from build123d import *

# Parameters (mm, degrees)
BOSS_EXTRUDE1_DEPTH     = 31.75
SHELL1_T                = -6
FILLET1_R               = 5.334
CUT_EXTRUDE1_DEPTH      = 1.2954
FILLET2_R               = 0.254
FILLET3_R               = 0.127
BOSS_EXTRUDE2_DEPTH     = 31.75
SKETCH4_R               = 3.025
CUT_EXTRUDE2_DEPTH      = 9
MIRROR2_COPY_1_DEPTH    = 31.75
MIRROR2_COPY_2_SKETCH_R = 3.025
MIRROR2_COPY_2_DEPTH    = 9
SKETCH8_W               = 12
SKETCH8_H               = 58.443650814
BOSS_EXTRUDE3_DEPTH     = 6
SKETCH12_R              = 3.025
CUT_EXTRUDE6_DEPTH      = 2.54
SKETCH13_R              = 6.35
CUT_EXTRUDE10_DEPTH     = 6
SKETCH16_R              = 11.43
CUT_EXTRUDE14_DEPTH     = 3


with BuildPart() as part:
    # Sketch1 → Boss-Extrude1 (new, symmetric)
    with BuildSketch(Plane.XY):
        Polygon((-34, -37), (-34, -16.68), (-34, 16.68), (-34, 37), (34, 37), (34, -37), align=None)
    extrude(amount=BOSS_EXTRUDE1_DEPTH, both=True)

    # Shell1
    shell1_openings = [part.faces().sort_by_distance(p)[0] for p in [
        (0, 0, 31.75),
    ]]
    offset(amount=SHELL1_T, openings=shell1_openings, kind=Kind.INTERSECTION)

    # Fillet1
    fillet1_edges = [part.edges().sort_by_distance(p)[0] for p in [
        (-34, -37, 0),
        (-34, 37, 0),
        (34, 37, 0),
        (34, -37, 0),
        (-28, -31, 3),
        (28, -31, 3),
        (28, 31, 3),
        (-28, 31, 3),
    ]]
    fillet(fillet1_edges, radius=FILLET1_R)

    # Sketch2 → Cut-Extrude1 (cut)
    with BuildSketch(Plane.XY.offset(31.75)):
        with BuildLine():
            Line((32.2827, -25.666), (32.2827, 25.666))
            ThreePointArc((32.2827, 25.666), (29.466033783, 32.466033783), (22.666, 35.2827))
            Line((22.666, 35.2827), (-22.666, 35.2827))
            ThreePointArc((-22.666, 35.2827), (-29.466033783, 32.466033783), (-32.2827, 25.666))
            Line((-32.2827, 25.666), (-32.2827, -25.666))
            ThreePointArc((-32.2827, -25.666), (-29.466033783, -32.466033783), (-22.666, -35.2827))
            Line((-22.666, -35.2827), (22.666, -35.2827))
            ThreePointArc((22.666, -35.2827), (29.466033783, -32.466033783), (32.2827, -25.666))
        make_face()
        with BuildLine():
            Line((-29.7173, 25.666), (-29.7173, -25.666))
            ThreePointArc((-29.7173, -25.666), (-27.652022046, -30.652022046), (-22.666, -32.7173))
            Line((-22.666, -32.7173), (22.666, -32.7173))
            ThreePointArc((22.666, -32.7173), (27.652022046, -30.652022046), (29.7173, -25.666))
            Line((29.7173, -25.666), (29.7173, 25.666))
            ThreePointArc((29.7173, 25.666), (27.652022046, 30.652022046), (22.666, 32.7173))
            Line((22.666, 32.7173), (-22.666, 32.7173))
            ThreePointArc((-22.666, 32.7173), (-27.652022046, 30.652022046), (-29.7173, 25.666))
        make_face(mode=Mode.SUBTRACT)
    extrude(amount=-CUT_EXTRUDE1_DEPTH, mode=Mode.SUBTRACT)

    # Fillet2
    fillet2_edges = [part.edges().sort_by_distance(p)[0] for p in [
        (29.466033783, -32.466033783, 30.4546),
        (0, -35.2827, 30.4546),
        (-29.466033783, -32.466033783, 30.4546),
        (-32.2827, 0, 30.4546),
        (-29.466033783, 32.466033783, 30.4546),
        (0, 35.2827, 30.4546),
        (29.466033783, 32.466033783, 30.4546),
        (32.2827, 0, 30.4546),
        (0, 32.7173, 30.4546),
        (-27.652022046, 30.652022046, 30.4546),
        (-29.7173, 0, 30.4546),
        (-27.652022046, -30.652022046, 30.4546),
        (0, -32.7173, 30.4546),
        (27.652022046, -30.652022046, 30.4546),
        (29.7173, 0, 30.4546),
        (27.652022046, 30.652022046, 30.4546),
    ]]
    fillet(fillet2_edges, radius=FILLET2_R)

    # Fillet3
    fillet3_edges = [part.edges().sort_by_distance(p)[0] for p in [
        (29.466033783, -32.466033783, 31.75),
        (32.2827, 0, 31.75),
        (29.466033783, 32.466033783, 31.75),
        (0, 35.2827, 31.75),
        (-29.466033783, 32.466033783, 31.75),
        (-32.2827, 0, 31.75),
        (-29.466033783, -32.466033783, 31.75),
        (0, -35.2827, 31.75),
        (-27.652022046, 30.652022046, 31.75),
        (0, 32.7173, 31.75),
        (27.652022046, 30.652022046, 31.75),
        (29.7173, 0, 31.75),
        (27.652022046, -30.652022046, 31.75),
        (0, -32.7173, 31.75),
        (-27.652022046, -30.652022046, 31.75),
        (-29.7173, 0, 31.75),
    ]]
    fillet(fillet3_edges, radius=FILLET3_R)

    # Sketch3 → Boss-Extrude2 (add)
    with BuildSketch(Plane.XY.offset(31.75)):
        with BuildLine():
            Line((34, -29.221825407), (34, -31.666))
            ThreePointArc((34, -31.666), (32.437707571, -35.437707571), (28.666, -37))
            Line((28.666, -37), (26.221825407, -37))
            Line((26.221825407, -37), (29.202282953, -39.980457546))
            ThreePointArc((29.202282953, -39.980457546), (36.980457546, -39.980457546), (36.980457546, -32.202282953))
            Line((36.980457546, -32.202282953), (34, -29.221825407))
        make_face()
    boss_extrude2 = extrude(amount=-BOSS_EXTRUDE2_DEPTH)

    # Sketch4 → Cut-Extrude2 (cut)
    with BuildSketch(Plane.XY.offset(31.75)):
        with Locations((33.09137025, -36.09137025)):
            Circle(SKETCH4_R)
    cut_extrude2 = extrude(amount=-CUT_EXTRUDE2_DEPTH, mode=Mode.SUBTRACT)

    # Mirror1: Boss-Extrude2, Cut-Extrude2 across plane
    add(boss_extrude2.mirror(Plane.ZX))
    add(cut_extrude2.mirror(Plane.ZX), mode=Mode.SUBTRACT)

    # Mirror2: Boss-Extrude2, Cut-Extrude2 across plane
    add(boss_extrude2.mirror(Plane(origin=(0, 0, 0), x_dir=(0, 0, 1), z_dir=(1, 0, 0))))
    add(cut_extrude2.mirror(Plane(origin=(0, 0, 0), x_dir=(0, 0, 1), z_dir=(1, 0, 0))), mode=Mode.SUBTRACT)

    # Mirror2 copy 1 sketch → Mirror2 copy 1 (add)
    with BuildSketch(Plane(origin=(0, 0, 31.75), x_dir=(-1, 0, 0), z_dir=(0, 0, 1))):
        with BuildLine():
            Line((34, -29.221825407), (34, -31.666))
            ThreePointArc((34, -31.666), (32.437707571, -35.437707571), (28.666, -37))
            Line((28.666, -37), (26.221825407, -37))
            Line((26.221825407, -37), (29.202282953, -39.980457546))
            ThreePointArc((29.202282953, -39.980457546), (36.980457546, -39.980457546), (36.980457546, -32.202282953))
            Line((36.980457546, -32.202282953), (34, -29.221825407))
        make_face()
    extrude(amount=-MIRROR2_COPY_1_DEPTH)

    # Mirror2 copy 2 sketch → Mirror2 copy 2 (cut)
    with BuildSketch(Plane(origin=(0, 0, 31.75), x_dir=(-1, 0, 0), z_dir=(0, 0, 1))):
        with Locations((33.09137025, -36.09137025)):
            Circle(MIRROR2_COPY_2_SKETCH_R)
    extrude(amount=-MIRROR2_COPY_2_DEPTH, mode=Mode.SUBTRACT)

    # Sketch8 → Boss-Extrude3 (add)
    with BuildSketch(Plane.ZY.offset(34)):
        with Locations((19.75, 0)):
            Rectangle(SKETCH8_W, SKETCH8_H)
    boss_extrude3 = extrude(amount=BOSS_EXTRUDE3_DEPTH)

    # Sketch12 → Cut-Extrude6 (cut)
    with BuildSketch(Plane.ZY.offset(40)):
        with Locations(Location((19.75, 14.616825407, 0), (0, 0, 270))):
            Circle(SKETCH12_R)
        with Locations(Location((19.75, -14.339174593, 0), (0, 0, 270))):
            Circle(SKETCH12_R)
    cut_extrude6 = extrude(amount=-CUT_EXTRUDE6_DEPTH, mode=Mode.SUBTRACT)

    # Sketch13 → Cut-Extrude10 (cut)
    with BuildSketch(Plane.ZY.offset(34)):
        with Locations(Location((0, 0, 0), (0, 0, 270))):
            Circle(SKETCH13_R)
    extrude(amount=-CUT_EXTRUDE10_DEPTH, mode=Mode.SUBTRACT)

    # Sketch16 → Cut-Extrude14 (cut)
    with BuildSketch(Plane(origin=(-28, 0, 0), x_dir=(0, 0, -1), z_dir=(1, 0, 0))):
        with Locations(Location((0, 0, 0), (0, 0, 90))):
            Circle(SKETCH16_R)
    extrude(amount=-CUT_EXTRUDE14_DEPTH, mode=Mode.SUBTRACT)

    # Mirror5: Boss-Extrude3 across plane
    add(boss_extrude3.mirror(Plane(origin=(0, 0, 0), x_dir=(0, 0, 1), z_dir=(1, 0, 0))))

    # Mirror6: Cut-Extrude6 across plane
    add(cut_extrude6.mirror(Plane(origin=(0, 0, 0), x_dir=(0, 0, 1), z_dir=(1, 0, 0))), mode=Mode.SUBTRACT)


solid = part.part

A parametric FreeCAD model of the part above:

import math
import FreeCAD as App
import Part
import Sketcher

V = App.Vector
Q = App.Units.Quantity


def edges_at(feature, points):
    """Names of the edges that pass closest to the given points."""
    edges = feature.Shape.Edges
    near = lambda p: min(range(len(edges)), key=lambda i: edges[i].distToShape(Part.Vertex(*p))[0])
    return sorted({f"Edge{near(p) + 1}" for p in points})


def faces_at(feature, points):
    """Names of the faces that lie closest to the given points."""
    faces = feature.Shape.Faces
    near = lambda p: min(range(len(faces)), key=lambda i: faces[i].distToShape(Part.Vertex(*p))[0])
    return sorted({f"Face{near(p) + 1}" for p in points})


def add_polygon(sketch, points):
    """Adds a closed chain of lines whose ends are joined by coincident constraints."""
    first, n = sketch.GeometryCount, len(points)
    for a, b in zip(points, points[1:] + points[:1]):
        sketch.addGeometry(Part.LineSegment(App.Vector(*a, 0), App.Vector(*b, 0)), False)
    for i in range(n):
        sketch.addConstraint(Sketcher.Constraint("Coincident", first + i, 2, first + (i + 1) % n, 1))

doc = App.newDocument("Part")
body = doc.addObject("PartDesign::Body", "Body")

# Sketch on XY plane
sketch1 = body.newObject("Sketcher::SketchObject", "Sketch")
sketch1.AttachmentSupport = (doc.getObject("XY_Plane"), [""])
sketch1.MapMode = "FlatFace"
add_polygon(sketch1, [(-34, 37), (-34, -37), (34, -37), (34, 37)])  # lines 0-3
sketch1.addConstraint([
    Sketcher.Constraint("Vertical", 0),
    Sketcher.Constraint("Horizontal", 1),
    Sketcher.Constraint("Vertical", 2),
    Sketcher.Constraint("Horizontal", 3),
    Sketcher.Constraint("Symmetric", 0, 2, 2, 2, -1, 1),
    Sketcher.Constraint("DistanceX", 1, 1, 1, 2, 68.0),
    Sketcher.Constraint("DistanceY", 0, 2, 0, 1, 74.0),
])
pad1 = body.newObject("PartDesign::Pad", "Pad")
pad1.Profile = sketch1
pad1.Length = Q("2.5 in")
pad1.Midplane = True
doc.recompute()

thickness = body.newObject("PartDesign::Thickness", "Thickness")
thickness.Base = (pad1, faces_at(pad1, [(0, 0, 31.75)]))
thickness.Value = 6
thickness.Reversed = True
thickness.Join = "Intersection"
doc.recompute()

fillet = body.newObject("PartDesign::Fillet", "Fillet")
fillet.Base = (thickness, edges_at(thickness, [
    (-34, -37, 0),
    (-34, 37, 0),
    (34, 37, 0),
    (34, -37, 0),
    (-28, -31, 3),
    (28, -31, 3),
    (28, 31, 3),
    (-28, 31, 3),
]))
fillet.Radius = Q("0.21 in")

# Sketch on XY plane
sketch2 = body.newObject("Sketcher::SketchObject", "Sketch001")
sketch2.AttachmentSupport = (doc.getObject("XY_Plane"), [""])
sketch2.MapMode = "FlatFace"
sketch2.AttachmentOffset = App.Placement(V(0, 0, 1.25 * 25.4), App.Rotation())
sketch2.addGeometry([
    Part.LineSegment(V(32, -26, 0), V(32, 26, 0)),  # 0
    Part.ArcOfCircle(Part.Circle(V(23, 26, 0), V(0, 0, 1), 10), math.radians(0), math.radians(90)),  # 1
    Part.LineSegment(V(23, 35, 0), V(-23, 35, 0)),  # 2
    Part.ArcOfCircle(Part.Circle(V(-23, 26, 0), V(0, 0, 1), 10), math.radians(90), math.radians(180)),  # 3
    Part.LineSegment(V(-32, 26, 0), V(-32, -26, 0)),  # 4
    Part.ArcOfCircle(Part.Circle(V(-23, -26, 0), V(0, 0, 1), 10), math.radians(180), math.radians(270)),  # 5
    Part.LineSegment(V(-23, -35, 0), V(23, -35, 0)),  # 6
    Part.ArcOfCircle(Part.Circle(V(23, -26, 0), V(0, 0, 1), 10), math.radians(-90), math.radians(0)),  # 7
    Part.LineSegment(V(-30, -26, 0), V(-30, 26, 0)),  # 8
    Part.ArcOfCircle(Part.Circle(V(-23, 26, 0), V(0, 0, 1), 7), math.radians(90), math.radians(180)),  # 9
    Part.LineSegment(V(-23, 33, 0), V(23, 33, 0)),  # 10
    Part.ArcOfCircle(Part.Circle(V(23, 26, 0), V(0, 0, 1), 7), math.radians(0), math.radians(90)),  # 11
    Part.LineSegment(V(30, 26, 0), V(30, -26, 0)),  # 12
    Part.ArcOfCircle(Part.Circle(V(23, -26, 0), V(0, 0, 1), 7), math.radians(-90), math.radians(0)),  # 13
    Part.LineSegment(V(23, -33, 0), V(-23, -33, 0)),  # 14
    Part.ArcOfCircle(Part.Circle(V(-23, -26, 0), V(0, 0, 1), 7), math.radians(-180), math.radians(-90)),  # 15
], False)
sketch2.addConstraint([
    Sketcher.Constraint("Tangent", 0, 2, 1, 1),
    Sketcher.Constraint("Tangent", 1, 2, 2, 1),
    Sketcher.Constraint("Tangent", 2, 2, 3, 1),
    Sketcher.Constraint("Tangent", 3, 2, 4, 1),
    Sketcher.Constraint("Tangent", 4, 2, 5, 1),
    Sketcher.Constraint("Tangent", 5, 2, 6, 1),
    Sketcher.Constraint("Tangent", 6, 2, 7, 1),
    Sketcher.Constraint("Tangent", 7, 2, 0, 1),
    Sketcher.Constraint("Tangent", 8, 2, 9, 2),
    Sketcher.Constraint("Tangent", 9, 1, 10, 1),
    Sketcher.Constraint("Tangent", 10, 2, 11, 2),
    Sketcher.Constraint("Tangent", 11, 1, 12, 1),
    Sketcher.Constraint("Tangent", 12, 2, 13, 2),
    Sketcher.Constraint("Tangent", 13, 1, 14, 1),
    Sketcher.Constraint("Tangent", 14, 2, 15, 2),
    Sketcher.Constraint("Tangent", 15, 1, 8, 1),
    Sketcher.Constraint("Vertical", 0),
    Sketcher.Constraint("Horizontal", 2),
    Sketcher.Constraint("Vertical", 4),
    Sketcher.Constraint("Horizontal", 6),
    Sketcher.Constraint("Vertical", 8),
    Sketcher.Constraint("Horizontal", 10),
    Sketcher.Constraint("Vertical", 12),
    Sketcher.Constraint("Horizontal", 14),
    Sketcher.Constraint("Coincident", 9, 3, 3, 3),
    Sketcher.Constraint("Coincident", 11, 3, 1, 3),
    Sketcher.Constraint("Coincident", 13, 3, 7, 3),
    Sketcher.Constraint("Equal", 1, 3),
    Sketcher.Constraint("Equal", 3, 5),
    Sketcher.Constraint("Equal", 5, 7),
    Sketcher.Constraint("Equal", 13, 15),
    Sketcher.Constraint("Symmetric", 1, 3, 5, 3, -1, 1),
    Sketcher.Constraint("Radius", 1, 9.6167),
    Sketcher.Constraint("Radius", 9, 7.0513),
    Sketcher.Constraint("DistanceX", 2, 2, 2, 1, 45.332),
    Sketcher.Constraint("DistanceY", 0, 1, 0, 2, 51.332),
])
pocket1 = body.newObject("PartDesign::Pocket", "Pocket")
pocket1.Profile = sketch2
pocket1.Length = Q("0.051 in")
doc.recompute()

fillet2 = body.newObject("PartDesign::Fillet", "Fillet001")
fillet2.Base = (pocket1, edges_at(pocket1, [
    (29.466, -32.466, 30.455),
    (0, -35.283, 30.455),
    (-29.466, -32.466, 30.455),
    (-32.283, 0, 30.455),
    (-29.466, 32.466, 30.455),
    (0, 35.283, 30.455),
    (29.466, 32.466, 30.455),
    (32.283, 0, 30.455),
    (0, 32.717, 30.455),
    (-27.652, 30.652, 30.455),
    (-29.717, 0, 30.455),
    (-27.652, -30.652, 30.455),
    (0, -32.717, 30.455),
    (27.652, -30.652, 30.455),
    (29.717, 0, 30.455),
    (27.652, 30.652, 30.455),
]))
fillet2.Radius = Q("0.01 in")
doc.recompute()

■ ■ ■ ■ ■

◆ ASSIGNMENT ◆
For the string "origin", find every line of the material that contains it, and copy each one.

◆ TASK RESULT ◆
    add(boss_extrude2.mirror(Plane(origin=(0, 0, 0), x_dir=(0, 0, 1), z_dir=(1, 0, 0))))
    add(cut_extrude2.mirror(Plane(origin=(0, 0, 0), x_dir=(0, 0, 1), z_dir=(1, 0, 0))), mode=Mode.SUBTRACT)
    with BuildSketch(Plane(origin=(0, 0, 31.75), x_dir=(-1, 0, 0), z_dir=(0, 0, 1))):
    with BuildSketch(Plane(origin=(0, 0, 31.75), x_dir=(-1, 0, 0), z_dir=(0, 0, 1))):
    with BuildSketch(Plane(origin=(-28, 0, 0), x_dir=(0, 0, -1), z_dir=(1, 0, 0))):
    add(boss_extrude3.mirror(Plane(origin=(0, 0, 0), x_dir=(0, 0, 1), z_dir=(1, 0, 0))))
    add(cut_extrude6.mirror(Plane(origin=(0, 0, 0), x_dir=(0, 0, 1), z_dir=(1, 0, 0))), mode=Mode.SUBTRACT)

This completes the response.